Why does it feel instinctual? Something about not having anticipated the feeling, I think. And not having aimed for it. A large feeling emerged from the context, and there was a great rightness, as with the morning light on insects, or the feeling of gathering acorns.
*****
After a tense session of couples therapy, I felt… something. Being physically apart from my spouse felt bad. I wanted reassurance of our bond in the form of hugs and affection. It felt mammalian. It reminds me of two mammals in a burrow sleeping beside each other, cuddled up together.
*****
“I didn’t realize how overstimulated I’ve been,” said the woman sitting across from me in the dining car. We were somewhere in Midwest, on day three of our trip, and the train had no wifi. No cell service either, much of the time.

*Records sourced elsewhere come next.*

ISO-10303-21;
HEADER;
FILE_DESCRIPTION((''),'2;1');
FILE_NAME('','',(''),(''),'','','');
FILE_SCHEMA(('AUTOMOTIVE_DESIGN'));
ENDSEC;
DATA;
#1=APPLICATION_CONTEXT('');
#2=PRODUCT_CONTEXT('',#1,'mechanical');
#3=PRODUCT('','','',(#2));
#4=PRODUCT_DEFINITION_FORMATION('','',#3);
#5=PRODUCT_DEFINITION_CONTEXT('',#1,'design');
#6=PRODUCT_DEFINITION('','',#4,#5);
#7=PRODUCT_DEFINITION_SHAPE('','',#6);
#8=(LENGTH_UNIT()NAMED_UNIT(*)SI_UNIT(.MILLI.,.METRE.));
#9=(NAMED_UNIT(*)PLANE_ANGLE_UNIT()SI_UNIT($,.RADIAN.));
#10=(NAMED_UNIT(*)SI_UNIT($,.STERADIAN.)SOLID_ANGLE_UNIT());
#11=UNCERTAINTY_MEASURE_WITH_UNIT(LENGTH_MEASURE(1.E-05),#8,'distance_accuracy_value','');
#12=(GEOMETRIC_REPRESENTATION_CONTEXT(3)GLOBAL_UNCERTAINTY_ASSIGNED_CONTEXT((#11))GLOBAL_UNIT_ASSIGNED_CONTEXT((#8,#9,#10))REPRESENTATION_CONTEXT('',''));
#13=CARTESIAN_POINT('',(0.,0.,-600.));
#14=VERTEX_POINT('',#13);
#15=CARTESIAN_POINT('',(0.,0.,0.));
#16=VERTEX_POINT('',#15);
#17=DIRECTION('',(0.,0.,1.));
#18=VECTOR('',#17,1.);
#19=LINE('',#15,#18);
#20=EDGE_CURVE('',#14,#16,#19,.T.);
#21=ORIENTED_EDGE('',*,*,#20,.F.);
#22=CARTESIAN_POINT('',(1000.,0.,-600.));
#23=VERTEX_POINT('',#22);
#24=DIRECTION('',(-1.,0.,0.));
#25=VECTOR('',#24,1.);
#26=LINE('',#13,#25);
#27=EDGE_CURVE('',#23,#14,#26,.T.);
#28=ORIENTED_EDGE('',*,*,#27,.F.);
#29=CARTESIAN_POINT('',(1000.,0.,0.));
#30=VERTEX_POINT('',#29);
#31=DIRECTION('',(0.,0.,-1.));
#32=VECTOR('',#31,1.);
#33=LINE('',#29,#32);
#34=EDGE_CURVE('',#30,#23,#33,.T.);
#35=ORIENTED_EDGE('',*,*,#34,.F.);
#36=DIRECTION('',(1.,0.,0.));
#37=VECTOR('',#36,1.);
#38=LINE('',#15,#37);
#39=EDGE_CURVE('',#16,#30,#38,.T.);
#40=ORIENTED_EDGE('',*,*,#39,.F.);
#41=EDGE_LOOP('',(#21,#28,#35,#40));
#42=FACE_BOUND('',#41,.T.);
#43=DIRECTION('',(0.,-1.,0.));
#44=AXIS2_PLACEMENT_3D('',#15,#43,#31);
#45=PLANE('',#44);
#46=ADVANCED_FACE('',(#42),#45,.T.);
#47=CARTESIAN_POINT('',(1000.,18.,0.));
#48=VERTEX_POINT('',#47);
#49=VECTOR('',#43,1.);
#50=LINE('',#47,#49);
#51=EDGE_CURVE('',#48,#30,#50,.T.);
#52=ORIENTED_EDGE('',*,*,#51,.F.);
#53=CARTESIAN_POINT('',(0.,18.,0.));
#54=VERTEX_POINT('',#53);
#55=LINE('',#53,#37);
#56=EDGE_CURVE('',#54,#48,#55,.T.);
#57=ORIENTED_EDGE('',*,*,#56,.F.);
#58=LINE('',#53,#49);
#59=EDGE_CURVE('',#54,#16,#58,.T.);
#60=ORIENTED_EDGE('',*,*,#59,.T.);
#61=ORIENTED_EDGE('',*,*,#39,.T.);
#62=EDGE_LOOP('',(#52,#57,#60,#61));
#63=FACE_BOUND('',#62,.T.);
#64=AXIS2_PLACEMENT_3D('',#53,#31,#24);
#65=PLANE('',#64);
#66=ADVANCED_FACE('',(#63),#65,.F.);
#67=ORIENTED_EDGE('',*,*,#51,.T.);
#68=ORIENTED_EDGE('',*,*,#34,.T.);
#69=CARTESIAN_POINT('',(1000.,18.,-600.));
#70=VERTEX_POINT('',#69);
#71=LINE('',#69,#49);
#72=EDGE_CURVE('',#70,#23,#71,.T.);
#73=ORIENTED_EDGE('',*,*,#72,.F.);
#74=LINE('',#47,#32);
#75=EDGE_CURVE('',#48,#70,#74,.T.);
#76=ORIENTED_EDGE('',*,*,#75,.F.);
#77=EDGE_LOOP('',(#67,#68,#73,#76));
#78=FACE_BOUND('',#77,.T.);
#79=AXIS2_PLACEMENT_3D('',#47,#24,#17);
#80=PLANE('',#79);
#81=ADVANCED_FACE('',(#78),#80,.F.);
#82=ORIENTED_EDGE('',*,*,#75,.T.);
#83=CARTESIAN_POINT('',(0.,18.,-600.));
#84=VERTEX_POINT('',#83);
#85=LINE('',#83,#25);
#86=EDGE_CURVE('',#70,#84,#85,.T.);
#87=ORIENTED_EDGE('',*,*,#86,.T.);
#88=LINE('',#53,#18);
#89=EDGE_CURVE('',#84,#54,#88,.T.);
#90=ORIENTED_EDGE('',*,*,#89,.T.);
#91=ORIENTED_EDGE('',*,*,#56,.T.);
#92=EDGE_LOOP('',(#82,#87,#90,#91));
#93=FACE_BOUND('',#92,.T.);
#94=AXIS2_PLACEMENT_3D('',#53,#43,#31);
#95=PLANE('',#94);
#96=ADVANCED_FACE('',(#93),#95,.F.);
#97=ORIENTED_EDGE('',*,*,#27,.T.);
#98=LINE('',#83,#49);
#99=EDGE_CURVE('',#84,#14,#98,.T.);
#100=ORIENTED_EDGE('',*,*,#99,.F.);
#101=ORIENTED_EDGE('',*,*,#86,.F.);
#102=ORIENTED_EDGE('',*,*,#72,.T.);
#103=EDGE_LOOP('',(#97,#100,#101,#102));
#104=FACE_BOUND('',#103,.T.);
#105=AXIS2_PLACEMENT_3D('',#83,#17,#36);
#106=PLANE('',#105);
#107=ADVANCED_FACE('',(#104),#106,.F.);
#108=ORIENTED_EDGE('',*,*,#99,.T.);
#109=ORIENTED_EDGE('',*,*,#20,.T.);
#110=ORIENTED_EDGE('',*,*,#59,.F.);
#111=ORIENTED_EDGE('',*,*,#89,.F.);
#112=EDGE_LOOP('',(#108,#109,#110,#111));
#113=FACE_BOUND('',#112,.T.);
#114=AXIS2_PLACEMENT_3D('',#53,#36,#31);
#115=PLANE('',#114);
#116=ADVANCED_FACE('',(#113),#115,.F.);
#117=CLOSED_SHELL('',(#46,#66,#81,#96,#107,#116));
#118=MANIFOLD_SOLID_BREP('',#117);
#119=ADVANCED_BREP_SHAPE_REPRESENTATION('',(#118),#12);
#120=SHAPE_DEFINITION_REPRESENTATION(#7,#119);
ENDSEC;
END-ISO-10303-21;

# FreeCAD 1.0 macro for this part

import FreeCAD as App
import Part
import Sketcher

doc = App.newDocument("Part")
body = doc.addObject("PartDesign::Body", "Body")

# Sketch on XZ plane
sketch1 = body.newObject("Sketcher::SketchObject", "Sketch")
sketch1.AttachmentSupport = (doc.getObject("XZ_Plane"), [""])
sketch1.MapMode = "FlatFace"
sketch1.addGeometry(Part.LineSegment(App.Vector(0, -600, 0), App.Vector(0, 0, 0)), False)
sketch1.addGeometry(Part.LineSegment(App.Vector(0, 0, 0), App.Vector(1000, 0, 0)), False)
sketch1.addGeometry(Part.LineSegment(App.Vector(1000, 0, 0), App.Vector(1000, -600, 0)), False)
sketch1.addGeometry(Part.LineSegment(App.Vector(1000, -600, 0), App.Vector(0, -600, 0)), False)
sketch1.addConstraint(Sketcher.Constraint("Coincident", 0, 2, 1, 1))
sketch1.addConstraint(Sketcher.Constraint("Coincident", 1, 2, 2, 1))
sketch1.addConstraint(Sketcher.Constraint("Coincident", 2, 2, 3, 1))
sketch1.addConstraint(Sketcher.Constraint("Coincident", 3, 2, 0, 1))
sketch1.addConstraint(Sketcher.Constraint("Vertical", 0))
sketch1.addConstraint(Sketcher.Constraint("Horizontal", 1))
sketch1.addConstraint(Sketcher.Constraint("Vertical", 2))
sketch1.addConstraint(Sketcher.Constraint("Horizontal", 3))
sketch1.addConstraint(Sketcher.Constraint("Coincident", 0, 2, -1, 1))
sketch1.addConstraint(Sketcher.Constraint("DistanceX", 1, 1, 1, 2, 1000.0))
sketch1.addConstraint(Sketcher.Constraint("DistanceY", 0, 1, 0, 2, 600.0))
pad1 = body.newObject("PartDesign::Pad", "Pad")
pad1.Profile = sketch1
pad1.Length = 18
pad1.Reversed = True

doc.recompute()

She was a preschool teacher, born and raised near the San Francisco Bay. “I had no idea,” she said. “But then we started moving. Phone away, laptop closed, and I was looking out the window. Just… looking.”
I’d brought All Of Us, a collection of poetry by Raymond Carver, thinking that perhaps four strangers forced to sit together would do so in awkward silence. Instead, someone picked up my book, opened it at random, and started reading aloud.
We spent our lunch reading poetry to each other.
How did they know to pick up my book? I wonder if they still would have done it, if not for the dropping away of all the usual noise. Instinct seems quiet, most of the time. There is so much that is louder.